2/25/2009

早朝のメール

今朝ラボに来ると母親からメールが来ていた。何だろうと思ってみたら「おばあちゃんが亡くなりました、95歳でした」という知らせだった。ああ、もうかなり前から体が弱り、少々惚け気味でもあったと聞いていたが、とうとう亡くなってしまったのか。父方の祖母が亡くなった時はロンドンで、今度はアメリカか、これで祖父祖母はみないなくなってしまった。100歳まで頑張ると言っていたのに。2ヶ月前親戚が恒例で大晦日おばあちゃんの家に集まった時の写真を送ってくれたが、その時は一緒に写っていたのに。
 このおばあちゃんは大変愉快な人で、最後まで好奇心にあふれ、人生を楽しむ明るい人だった。俺が子供の頃はよく近所のおばあちゃん達と一円賭けてトランプしていた。大変多趣味な人で、詩吟やったり自民党員になってカーター元大統領と一緒に写真に写ったり、俺が友人を連れて行くとおばあちゃんの趣味の貼り絵を何枚も無理矢理持って帰らせたものだった。長いこと仲人もやっていて何組もの縁談をまとめ、いずれ俺の弟にも嫁さんを引っ付けちゃる、と言っていたがその夢は叶わなかった。「笑う角には福来る」というが、やさしい末っ子夫婦とさらにその一人娘である孫と一緒に仲良く暮らし、今どき珍しい幸福な老後であったと思う。その人生を楽しまずにはおかない精神は脈々とうちの母親へ、そして我が弟へと受け継がれている。
 ザンビアに行った俺を大変誇りに思ってくれ、「うちの孫は総理大臣に任命されてアフリカに行きました」と新聞に投書してくれたおばあちゃん。せめてもう一度その愉快な話しを聞きたかった。俺にもおばちゃんの血が流れているのか、ならばその血筋に恥じぬよう、せっかく与えられた時間を心ゆくまで楽しもう、そう気持ちを新たにしたのだった。

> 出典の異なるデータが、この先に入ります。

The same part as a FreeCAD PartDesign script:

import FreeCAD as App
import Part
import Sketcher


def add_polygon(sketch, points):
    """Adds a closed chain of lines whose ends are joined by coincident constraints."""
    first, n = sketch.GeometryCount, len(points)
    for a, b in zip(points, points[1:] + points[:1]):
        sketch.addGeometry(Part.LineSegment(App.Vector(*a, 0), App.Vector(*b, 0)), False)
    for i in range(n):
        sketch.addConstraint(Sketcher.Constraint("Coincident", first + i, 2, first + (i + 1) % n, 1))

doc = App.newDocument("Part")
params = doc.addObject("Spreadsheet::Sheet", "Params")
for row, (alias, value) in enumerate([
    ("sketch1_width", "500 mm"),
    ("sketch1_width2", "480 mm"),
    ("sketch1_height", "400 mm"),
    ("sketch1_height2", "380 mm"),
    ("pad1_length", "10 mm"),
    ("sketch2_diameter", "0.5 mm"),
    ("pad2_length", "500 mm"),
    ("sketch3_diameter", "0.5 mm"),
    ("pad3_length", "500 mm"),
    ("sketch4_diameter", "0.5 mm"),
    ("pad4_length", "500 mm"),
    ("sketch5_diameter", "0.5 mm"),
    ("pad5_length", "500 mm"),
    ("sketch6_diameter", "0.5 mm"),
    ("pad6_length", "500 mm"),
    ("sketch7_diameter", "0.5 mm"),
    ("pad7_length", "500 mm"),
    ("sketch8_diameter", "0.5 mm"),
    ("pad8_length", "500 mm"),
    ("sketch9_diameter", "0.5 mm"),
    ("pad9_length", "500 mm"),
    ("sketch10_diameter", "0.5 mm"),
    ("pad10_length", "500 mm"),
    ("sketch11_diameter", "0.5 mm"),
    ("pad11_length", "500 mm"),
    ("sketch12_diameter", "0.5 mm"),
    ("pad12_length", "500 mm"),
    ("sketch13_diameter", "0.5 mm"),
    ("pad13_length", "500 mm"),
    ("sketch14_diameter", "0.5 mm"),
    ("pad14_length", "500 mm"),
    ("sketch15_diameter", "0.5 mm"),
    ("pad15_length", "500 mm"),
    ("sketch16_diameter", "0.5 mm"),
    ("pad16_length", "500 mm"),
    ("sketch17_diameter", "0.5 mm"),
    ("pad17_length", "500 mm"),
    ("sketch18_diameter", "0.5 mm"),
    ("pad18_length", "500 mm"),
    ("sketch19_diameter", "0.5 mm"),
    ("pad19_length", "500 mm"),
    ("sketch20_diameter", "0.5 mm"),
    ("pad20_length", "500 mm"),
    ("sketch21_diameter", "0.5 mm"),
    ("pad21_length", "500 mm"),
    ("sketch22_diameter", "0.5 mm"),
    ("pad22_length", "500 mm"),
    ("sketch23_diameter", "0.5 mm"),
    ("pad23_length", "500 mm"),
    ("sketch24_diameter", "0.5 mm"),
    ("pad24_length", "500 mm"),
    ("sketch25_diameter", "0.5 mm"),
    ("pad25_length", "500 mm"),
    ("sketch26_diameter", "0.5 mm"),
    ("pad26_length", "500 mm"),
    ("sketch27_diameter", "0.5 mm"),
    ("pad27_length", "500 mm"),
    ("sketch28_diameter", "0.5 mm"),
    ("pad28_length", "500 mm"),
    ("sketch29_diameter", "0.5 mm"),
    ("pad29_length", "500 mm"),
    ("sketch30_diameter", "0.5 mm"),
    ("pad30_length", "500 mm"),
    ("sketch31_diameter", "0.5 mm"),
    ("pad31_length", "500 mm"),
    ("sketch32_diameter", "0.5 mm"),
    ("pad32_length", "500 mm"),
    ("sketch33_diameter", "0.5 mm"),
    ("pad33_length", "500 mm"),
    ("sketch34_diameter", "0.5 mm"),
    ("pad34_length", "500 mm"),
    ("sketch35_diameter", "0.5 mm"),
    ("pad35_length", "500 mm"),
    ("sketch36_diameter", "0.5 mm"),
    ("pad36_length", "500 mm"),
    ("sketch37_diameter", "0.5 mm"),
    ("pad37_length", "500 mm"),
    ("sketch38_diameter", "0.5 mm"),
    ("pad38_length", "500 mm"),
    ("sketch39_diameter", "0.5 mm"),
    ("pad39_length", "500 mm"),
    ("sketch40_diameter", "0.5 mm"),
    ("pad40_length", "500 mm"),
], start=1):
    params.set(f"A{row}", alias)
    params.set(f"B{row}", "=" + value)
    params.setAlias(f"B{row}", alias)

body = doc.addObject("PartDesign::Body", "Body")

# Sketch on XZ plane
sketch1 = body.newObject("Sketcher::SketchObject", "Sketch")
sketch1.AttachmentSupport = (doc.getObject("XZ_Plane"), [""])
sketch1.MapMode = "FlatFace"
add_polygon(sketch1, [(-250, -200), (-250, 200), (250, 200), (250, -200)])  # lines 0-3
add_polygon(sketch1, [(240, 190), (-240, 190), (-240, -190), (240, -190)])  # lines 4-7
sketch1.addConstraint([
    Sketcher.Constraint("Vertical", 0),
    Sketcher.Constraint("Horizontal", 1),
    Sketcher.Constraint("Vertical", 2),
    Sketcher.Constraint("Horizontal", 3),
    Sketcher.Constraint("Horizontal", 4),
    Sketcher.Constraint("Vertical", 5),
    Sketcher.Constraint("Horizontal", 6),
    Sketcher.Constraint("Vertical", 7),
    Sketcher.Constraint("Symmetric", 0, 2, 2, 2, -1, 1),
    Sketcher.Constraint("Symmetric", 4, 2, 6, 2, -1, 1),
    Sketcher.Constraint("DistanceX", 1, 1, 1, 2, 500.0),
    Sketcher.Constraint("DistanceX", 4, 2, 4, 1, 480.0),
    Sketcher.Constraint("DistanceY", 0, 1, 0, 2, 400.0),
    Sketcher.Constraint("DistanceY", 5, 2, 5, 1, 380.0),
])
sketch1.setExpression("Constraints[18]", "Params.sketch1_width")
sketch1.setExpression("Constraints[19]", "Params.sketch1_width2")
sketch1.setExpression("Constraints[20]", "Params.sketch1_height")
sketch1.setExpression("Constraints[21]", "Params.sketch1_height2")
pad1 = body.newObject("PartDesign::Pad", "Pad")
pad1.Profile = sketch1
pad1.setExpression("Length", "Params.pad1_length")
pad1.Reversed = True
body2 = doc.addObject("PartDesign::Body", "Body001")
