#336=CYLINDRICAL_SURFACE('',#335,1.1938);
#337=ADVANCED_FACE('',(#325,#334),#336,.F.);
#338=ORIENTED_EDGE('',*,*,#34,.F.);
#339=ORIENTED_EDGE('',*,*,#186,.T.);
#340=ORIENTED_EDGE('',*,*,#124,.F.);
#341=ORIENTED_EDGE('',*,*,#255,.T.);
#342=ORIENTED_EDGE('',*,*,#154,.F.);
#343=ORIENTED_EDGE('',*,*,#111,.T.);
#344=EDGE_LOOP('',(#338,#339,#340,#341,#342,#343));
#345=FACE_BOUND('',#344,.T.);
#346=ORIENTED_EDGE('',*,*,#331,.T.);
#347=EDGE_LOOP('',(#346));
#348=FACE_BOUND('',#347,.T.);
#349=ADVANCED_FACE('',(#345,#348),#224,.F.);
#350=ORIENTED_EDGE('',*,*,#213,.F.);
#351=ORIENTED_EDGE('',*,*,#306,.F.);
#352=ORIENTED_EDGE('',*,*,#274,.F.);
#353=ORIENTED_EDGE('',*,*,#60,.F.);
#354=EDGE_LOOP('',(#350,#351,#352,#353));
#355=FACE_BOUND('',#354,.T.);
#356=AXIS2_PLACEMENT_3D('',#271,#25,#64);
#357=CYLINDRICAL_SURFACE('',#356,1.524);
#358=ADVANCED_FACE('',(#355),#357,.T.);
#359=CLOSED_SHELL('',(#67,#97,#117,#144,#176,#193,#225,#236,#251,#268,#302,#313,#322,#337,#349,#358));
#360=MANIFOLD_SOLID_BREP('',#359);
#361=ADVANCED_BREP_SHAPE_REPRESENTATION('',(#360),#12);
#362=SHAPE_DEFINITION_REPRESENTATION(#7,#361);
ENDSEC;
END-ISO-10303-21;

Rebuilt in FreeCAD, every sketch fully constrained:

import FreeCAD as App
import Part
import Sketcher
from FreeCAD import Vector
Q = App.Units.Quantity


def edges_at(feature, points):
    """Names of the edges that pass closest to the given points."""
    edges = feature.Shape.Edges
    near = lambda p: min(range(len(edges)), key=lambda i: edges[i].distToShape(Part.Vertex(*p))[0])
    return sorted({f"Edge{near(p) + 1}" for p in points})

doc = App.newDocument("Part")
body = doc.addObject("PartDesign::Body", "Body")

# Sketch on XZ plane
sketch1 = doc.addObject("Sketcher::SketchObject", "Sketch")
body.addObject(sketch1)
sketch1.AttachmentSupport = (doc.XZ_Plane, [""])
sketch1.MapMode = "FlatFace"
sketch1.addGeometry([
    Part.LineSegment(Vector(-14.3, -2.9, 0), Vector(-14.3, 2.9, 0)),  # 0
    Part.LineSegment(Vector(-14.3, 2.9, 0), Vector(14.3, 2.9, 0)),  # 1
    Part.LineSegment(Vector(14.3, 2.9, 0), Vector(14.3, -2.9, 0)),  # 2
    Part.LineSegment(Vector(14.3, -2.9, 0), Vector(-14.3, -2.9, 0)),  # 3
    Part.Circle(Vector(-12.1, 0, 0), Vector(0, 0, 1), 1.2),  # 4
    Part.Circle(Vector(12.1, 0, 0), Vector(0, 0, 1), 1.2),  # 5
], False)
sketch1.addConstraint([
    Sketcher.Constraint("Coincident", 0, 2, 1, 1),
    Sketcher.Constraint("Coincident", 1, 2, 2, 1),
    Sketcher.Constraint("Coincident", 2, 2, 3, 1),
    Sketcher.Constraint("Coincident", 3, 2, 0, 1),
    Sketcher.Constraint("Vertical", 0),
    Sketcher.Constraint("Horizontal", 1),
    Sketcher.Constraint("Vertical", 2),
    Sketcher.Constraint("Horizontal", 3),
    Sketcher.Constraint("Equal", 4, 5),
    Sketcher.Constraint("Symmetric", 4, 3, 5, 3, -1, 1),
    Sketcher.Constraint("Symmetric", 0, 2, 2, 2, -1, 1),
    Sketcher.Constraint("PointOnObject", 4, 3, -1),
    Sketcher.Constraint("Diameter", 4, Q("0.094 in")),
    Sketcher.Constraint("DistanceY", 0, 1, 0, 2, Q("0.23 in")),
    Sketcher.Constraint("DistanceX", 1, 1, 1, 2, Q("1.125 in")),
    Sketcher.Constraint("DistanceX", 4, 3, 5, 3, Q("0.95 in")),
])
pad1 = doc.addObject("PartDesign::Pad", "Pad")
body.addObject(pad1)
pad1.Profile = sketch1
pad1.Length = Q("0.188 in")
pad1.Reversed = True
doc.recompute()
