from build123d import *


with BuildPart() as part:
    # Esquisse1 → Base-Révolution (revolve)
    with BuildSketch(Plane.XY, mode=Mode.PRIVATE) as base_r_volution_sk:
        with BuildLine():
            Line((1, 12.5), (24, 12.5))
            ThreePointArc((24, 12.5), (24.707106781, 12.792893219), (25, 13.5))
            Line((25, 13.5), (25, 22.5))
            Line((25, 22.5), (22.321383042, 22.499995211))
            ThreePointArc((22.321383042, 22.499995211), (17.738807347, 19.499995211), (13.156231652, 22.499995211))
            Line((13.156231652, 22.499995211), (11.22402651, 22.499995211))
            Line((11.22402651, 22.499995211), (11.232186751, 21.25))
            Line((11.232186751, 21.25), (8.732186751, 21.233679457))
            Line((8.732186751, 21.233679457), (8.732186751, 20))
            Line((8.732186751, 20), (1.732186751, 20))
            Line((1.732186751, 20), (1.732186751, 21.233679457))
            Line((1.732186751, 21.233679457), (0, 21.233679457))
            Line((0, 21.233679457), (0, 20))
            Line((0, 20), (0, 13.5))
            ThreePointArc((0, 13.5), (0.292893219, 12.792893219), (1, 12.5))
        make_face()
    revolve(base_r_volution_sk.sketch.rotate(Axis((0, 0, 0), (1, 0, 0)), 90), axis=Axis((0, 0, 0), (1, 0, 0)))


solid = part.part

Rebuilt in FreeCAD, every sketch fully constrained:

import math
import FreeCAD as App
import Part
import Sketcher

V = App.Vector
Q = App.Units.Quantity

doc = App.newDocument("Part")
body = doc.addObject("PartDesign::Body", "Body")

# Sketch on XY plane
sketch1 = doc.addObject("Sketcher::SketchObject", "Sketch")
body.addObject(sketch1)
sketch1.AttachmentSupport = (doc.XY_Plane, [""])
sketch1.MapMode = "FlatFace"
sketch1.addGeometry([
    Part.LineSegment(V(1, 12.5, 0), V(24, 12.5, 0)),  # 0
    Part.ArcOfCircle(Part.Circle(V(24, 13.5, 0), V(0, 0, 1), 1), math.radians(-90), math.radians(0)),  # 1
    Part.LineSegment(V(25, 13.5, 0), V(25, 22.5, 0)),  # 2
    Part.LineSegment(V(25, 22.5, 0), V(22.3, 22.5, 0)),  # 3
    Part.ArcOfCircle(Part.Circle(V(17.7, 24.5, 0), V(0, 0, 1), 5), math.radians(-156), math.radians(-24)),  # 4
    Part.LineSegment(V(13.2, 22.5, 0), V(11.2, 22.5, 0)),  # 5
    Part.LineSegment(V(11.2, 22.5, 0), V(11.2, 21.2, 0)),  # 6
    Part.LineSegment(V(11.2, 21.2, 0), V(8.7, 21.2, 0)),  # 7
    Part.LineSegment(V(8.7, 21.2, 0), V(8.7, 20, 0)),  # 8
    Part.LineSegment(V(8.7, 20, 0), V(1.7, 20, 0)),  # 9
    Part.LineSegment(V(1.7, 20, 0), V(1.7, 21.2, 0)),  # 10
    Part.LineSegment(V(1.7, 21.2, 0), V(0, 21.2, 0)),  # 11
    Part.LineSegment(V(0, 21.2, 0), V(0, 13.5, 0)),  # 12
    Part.ArcOfCircle(Part.Circle(V(1, 13.5, 0), V(0, 0, 1), 1), math.radians(-180), math.radians(-90)),  # 13
], False)
sketch1.addConstraint([
    Sketcher.Constraint("Tangent", 0, 2, 1, 1),
    Sketcher.Constraint("Tangent", 1, 2, 2, 1),
    Sketcher.Constraint("Coincident", 2, 2, 3, 1),
    Sketcher.Constraint("Coincident", 3, 2, 4, 2),
    Sketcher.Constraint("Coincident", 4, 1, 5, 1),
    Sketcher.Constraint("Coincident", 5, 2, 6, 1),
    Sketcher.Constraint("Coincident", 6, 2, 7, 1),
    Sketcher.Constraint("Coincident", 7, 2, 8, 1),
    Sketcher.Constraint("Coincident", 8, 2, 9, 1),
    Sketcher.Constraint("Coincident", 9, 2, 10, 1),
    Sketcher.Constraint("Coincident", 10, 2, 11, 1),
    Sketcher.Constraint("Coincident", 11, 2, 12, 1),
    Sketcher.Constraint("Tangent", 12, 2, 13, 1),
    Sketcher.Constraint("Tangent", 13, 2, 0, 1),
    Sketcher.Constraint("Horizontal", 0),
    Sketcher.Constraint("Vertical", 2),
    Sketcher.Constraint("Horizontal", 5),
    Sketcher.Constraint("Vertical", 8),
    Sketcher.Constraint("Horizontal", 9),
    Sketcher.Constraint("Vertical", 10),
    Sketcher.Constraint("Horizontal", 11),
    Sketcher.Constraint("Vertical", 12),
    Sketcher.Constraint("Equal", 1, 13),
    Sketcher.Constraint("PointOnObject", 11, 2, -2),
    Sketcher.Constraint("Perpendicular", 6, 7),
    Sketcher.Constraint("Horizontal", 3, 2, 4, 1),
    Sketcher.Constraint("Horizontal", 7, 2, 10, 2),
    Sketcher.Constraint("Radius", 1, Q("1 mm")),
    Sketcher.Constraint("Radius", 4, Q("5 mm")),
    Sketcher.Constraint("DistanceX", 0, 1, 0, 2, Q("23 mm")),
    Sketcher.Constraint("DistanceX", 9, 2, 9, 1, Q("7 mm")),
    Sketcher.Constraint("DistanceY", 2, 1, 2, 2, Q("9 mm")),
    Sketcher.Constraint("DistanceY", -1, 1, 8, 2, Q("20 mm")),
    Sketcher.Constraint("DistanceY", 3, 2, 4, 3, Q("2 mm")),
    Sketcher.Constraint("DistanceY", -1, 1, 1, 3, Q("13.5 mm")),
    Sketcher.Constraint("DistanceX", 7, 2, 6, 2, Q("2.5 mm")),
    Sketcher.Constraint("DistanceY", -1, 1, 6, 2, Q("21.25 mm")),
    Sketcher.Constraint("DistanceY", 8, 2, 8, 1, Q("1.233679 mm")),
    Sketcher.Constraint("Distance", 6, Q("1.250022 mm")),
    Sketcher.Constraint("DistanceX", 5, 2, 5, 1, Q("1.932205 mm")),
    Sketcher.Constraint("DistanceX", 11, 2, 11, 1, Q("1.732187 mm")),
])
revolution = doc.addObject("PartDesign::Revolution", "Revolution")
body.addObject(revolution)
revolution.Profile = sketch1
revolution.ReferenceAxis = (sketch1, ["H_Axis"])
revolution.Angle = 360

doc.recompute()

「有意義に過ごした一日が安らかな眠りをもたらすように、有意義に生きた一生は安らかな死をもたらす」(レオナルド、ダビンチ)

2 件のコメント:

匿名 さんのコメント...

うちも母方の祖母が1人。この記事読んで無性に懐かしく、というか、愛おしくなりました。
下の妹と1歳半しか離れてなくて、おばあちゃん子で育って、よく手をつないで大通公園まで歩いて、ハトにとうきびやって、きれいな石拾って歩いて・・・、なんてことを思いだします。
電話してみようかな。

マイク&ザメカニクスのLivingYears、聞いたことある?
つい多忙な日々にかまけて、ほんとに大事なことを後回しにしてしまっているんだよな。

ごうちゃんのおばあちゃんのご冥福をお祈りしています。

あべし

PS このエピソード、生徒に紹介させてもらっていいですか?

Tada さんのコメント...

すまん、今初めてこのコメント見つけた。今日は5月15日、わーい。